By the way, that is one awesome looking shooter.

Todd


----------



## ruthiexxxx

Thanks Todd 

I think I am going to have to shorten the tubes and maybe change it to a ringshooter rather than the short TTB tabs. I've just had my first fork hit in ages and I think I'm just having to reach back further than I feel safe for aiming


----------



## ruthiexxxx

Incidentally I stopped using TBB because of the sheer volume of rubber needed and its propensity for tangling. Four broad layers of it gave me one nasty RTS and one very scary one. The rubber 'O' rings would have prevented that I think.


----------



## GrayWolf

Safety first!! Especially with all the power you have there. the o ring might still be a good idea. If you get a knot in all that tubing, it could be hours before you get it untangled .


----------



## ruthiexxxx

yes...not exactly condusive to rapid reloading !


----------



## Dayhiker

20-40 is nice, but 4-strand is enough for me. I don't know which I like better between it and 1842?


----------



## JetBlack

Dayhiker said:


> 20-40 is nice, but 4-strand is enough for me. I don't know which I like better between it and 1842?

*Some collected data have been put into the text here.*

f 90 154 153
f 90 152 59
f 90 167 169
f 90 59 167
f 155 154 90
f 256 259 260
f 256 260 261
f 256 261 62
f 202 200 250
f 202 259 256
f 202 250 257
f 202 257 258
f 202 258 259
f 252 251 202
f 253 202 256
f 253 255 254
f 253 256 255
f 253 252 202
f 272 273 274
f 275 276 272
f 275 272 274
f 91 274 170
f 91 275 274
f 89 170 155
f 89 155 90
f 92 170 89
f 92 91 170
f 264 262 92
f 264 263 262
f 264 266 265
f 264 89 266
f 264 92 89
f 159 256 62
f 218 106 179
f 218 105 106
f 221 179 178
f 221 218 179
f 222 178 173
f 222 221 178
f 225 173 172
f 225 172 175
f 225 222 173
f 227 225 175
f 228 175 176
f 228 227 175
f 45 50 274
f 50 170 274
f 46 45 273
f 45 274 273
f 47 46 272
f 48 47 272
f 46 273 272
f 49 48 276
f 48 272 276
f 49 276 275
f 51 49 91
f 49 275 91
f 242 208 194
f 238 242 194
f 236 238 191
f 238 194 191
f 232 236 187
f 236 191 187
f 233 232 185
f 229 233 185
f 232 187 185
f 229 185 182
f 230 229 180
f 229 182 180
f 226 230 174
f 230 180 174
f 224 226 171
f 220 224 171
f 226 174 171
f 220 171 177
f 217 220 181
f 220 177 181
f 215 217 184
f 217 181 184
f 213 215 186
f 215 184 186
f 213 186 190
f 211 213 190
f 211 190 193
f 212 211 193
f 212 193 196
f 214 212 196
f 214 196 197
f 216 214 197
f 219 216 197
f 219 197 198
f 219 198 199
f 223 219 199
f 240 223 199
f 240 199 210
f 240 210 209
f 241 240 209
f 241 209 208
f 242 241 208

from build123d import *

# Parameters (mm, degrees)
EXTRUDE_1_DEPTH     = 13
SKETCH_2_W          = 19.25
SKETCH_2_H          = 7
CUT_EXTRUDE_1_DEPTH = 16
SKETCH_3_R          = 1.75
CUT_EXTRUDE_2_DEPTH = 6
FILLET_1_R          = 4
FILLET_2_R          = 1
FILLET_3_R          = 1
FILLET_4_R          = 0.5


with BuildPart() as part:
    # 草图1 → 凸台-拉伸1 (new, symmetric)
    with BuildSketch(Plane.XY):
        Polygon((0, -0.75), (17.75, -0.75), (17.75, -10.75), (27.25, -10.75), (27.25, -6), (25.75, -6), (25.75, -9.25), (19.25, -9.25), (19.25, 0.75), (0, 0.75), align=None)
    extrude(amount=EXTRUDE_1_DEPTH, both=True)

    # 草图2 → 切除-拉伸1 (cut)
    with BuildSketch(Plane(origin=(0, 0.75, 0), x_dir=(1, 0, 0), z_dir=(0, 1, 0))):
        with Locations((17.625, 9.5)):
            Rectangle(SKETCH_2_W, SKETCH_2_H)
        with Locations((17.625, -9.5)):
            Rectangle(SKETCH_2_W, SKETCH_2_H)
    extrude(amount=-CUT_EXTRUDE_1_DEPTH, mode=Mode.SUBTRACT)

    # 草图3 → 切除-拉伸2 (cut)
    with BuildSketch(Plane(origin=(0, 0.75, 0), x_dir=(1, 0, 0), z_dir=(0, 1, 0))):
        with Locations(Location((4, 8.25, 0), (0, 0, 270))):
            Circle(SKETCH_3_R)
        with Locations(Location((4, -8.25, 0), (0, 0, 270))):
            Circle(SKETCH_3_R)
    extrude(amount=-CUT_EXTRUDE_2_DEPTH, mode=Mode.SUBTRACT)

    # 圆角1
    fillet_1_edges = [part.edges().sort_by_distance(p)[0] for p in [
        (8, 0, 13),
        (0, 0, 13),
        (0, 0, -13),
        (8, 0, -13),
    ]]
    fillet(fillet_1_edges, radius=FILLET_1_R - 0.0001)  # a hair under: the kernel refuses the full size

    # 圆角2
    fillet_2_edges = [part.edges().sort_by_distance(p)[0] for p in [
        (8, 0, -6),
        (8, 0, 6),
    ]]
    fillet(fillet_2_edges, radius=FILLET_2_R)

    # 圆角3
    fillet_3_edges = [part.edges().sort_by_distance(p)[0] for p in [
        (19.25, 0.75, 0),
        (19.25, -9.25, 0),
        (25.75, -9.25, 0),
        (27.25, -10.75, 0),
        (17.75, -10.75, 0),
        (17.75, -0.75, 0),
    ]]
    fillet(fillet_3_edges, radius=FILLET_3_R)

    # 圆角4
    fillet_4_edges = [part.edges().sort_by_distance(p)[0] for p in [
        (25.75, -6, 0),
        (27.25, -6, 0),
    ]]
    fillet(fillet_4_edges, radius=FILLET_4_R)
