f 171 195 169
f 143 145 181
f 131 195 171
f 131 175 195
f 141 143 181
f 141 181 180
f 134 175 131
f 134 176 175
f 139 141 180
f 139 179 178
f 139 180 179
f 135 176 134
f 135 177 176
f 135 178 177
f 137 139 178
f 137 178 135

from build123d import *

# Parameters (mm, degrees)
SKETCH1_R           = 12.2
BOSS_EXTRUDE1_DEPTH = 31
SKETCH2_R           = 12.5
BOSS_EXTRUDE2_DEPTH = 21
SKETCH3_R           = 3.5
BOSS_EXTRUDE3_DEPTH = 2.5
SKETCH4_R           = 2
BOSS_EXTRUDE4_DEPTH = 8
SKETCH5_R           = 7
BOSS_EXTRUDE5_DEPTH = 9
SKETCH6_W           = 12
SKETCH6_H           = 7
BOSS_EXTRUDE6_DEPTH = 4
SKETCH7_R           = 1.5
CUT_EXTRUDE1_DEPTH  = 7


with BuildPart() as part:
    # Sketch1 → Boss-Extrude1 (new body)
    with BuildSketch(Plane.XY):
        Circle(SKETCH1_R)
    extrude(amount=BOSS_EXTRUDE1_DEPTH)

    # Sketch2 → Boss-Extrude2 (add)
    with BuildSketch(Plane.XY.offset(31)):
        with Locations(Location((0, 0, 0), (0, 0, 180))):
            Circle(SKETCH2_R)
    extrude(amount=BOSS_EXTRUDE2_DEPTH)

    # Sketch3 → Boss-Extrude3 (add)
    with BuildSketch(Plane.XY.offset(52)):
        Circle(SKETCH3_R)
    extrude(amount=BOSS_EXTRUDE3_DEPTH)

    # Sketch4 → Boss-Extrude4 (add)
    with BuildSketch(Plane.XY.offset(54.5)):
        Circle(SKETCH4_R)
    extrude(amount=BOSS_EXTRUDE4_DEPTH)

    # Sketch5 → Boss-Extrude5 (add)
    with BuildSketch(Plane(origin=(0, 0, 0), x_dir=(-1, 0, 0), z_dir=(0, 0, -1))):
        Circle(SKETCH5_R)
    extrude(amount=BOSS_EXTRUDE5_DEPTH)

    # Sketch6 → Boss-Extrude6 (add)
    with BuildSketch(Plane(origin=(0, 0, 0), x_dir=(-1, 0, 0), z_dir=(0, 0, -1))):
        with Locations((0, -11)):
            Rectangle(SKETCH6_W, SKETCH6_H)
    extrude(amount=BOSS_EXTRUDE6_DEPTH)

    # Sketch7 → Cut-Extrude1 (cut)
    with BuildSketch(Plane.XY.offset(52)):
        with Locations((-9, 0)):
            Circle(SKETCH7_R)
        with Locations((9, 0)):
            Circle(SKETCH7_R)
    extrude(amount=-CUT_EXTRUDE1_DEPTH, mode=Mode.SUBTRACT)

Id say 2040 as 1842 is slower than 1745 and single 2040s are faster than single 1842s ( with matched ammo ). At least thats what I've experienced. Now wheres Henrys reply?


----------



## Henry the Hermit

JetBlack said:


> Dayhiker said:
> 
> 
> 
> 20-40 is nice, but 4-strand is enough for me. I don't know which I like better between it and 1842?
> 
> 
> 
> Id say 2040 as 1842 is slower than 1745 and single 2040s are faster than single 1842s ( with matched ammo ). At least thats what I've experienced. Now wheres Henrys reply?
Click to expand...

 I found in my tests, that in terms of absolute speed, 2040 is faster than 1842 and 1842 is faster than 1745. As ammo weight increased, I reached a point where 1842 overtook 2040, and eventually 1745 became faster than 1842. Your obxervations are netirely consistent with the many variables involved.


----------



## squirrel squasher

Henry in Panama said:


> JetBlack said:
> 
> 
> 
> 
> 
> Dayhiker said:
> 
> 
> 
> 20-40 is nice, but 4-strand is enough for me. I don't know which I like better between it and 1842?
> 
> 
> 
> Id say 2040 as 1842 is slower than 1745 and single 2040s are faster than single 1842s ( with matched ammo ). At least thats what I've experienced. Now wheres Henrys reply?
> 
> Click to expand...
> 
> I found in my tests, that in terms of absolute speed, 2040 is faster than 1842 and 1842 is faster than 1745. As ammo weight increased, I reached a point where 1842 overtook 2040, and eventually 1745 became faster than 1842. Your obxervations are netirely consistent with the many variables involved.
Click to expand...

So1745 is the strongest?
Or am I confused


----------



## JetBlack

Well it depends on what you're shooting, for me at least 38 caliber with 2040s,,716 with single 1745s and half inch with looped 1745 or single 2050s. the best way to explain this is like comparing a truck to a sports car, Ferraris going to beat an 18 wheeler all day unless you drop 10000 pounds in it which is nothing to the truck, is going to be going roughly the same speed with a Ferrari she doesn't have the power to push that much weight and maintain high speeds. so even though the heavier tube is slower it's not going to be as affected by the weight increase but the lighter tube will therefore becoming slower than the heavier tubing. that's the point Henry's talking about. to lite you get hand slaps, too heavy you get lobs and need to go bigger. you always want to go as light as possible in my opinion. hope this made a little bit of sense


----------



## wombat

ruthiexxxx said:


> I've just had chance to try these for the first time (thanks very much Leon !) and find them wonderfully lively.
> 
> I've had to go back to half butterfly to avoid shortening the tubes but they seem to perform really well with 16mm lead and even quite creditably (going by the impact noise!) with the 38 gramme ovals. M10 hexnuts are very zippy indeed.
> 
> I was wondering whether I could keep the tubes more together to stop tangling by using a couple of little rubber 'O' rings on either side. Not tight enough to constrict the tubes, just to keep them more or less together. That wouldn't reduce tube life or impair performance would it?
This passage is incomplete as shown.